Could the lines from the one containing "f 234 277 273" through the end of the material below be returned exactly, with nothing else?

------------------------------------------------------------

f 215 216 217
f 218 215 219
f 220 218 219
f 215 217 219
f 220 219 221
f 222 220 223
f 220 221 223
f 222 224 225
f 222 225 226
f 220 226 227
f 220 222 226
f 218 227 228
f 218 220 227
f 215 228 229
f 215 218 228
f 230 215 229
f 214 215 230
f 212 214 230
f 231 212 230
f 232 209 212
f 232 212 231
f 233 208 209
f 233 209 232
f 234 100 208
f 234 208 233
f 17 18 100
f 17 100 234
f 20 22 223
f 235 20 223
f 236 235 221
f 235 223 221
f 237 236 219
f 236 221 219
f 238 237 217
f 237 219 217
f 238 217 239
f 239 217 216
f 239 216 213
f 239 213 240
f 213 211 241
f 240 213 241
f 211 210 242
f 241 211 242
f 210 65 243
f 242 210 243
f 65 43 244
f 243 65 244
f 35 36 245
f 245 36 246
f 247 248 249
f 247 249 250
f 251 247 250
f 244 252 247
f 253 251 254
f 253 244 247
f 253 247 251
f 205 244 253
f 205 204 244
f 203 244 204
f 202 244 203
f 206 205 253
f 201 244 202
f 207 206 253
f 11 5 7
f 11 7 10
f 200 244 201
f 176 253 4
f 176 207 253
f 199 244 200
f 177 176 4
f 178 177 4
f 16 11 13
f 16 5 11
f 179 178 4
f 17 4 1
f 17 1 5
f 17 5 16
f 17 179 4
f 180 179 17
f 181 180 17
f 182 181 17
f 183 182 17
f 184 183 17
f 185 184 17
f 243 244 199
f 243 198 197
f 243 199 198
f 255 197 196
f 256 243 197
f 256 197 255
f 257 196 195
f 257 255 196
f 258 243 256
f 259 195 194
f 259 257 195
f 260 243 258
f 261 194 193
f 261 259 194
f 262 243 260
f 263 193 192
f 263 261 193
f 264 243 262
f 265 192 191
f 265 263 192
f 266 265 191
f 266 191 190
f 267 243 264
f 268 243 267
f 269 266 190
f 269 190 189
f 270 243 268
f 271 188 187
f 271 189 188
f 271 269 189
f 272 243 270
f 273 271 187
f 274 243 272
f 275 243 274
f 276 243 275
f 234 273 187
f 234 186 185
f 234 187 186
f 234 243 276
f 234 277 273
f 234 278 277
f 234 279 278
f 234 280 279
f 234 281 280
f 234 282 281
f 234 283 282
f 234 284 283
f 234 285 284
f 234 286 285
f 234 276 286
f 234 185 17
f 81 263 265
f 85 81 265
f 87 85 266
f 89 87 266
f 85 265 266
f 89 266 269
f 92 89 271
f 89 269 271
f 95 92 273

------------------------------------------------------------

ANSWER AREA:
f 234 277 273
f 234 278 277
f 234 279 278
f 234 280 279
f 234 281 280
f 234 282 281
f 234 283 282
f 234 284 283
f 234 285 284
f 234 286 285
f 234 276 286
f 234 185 17
f 81 263 265
f 85 81 265
f 87 85 266
f 89 87 266
f 85 265 266
f 89 266 269
f 92 89 271
f 89 269 271
f 95 92 273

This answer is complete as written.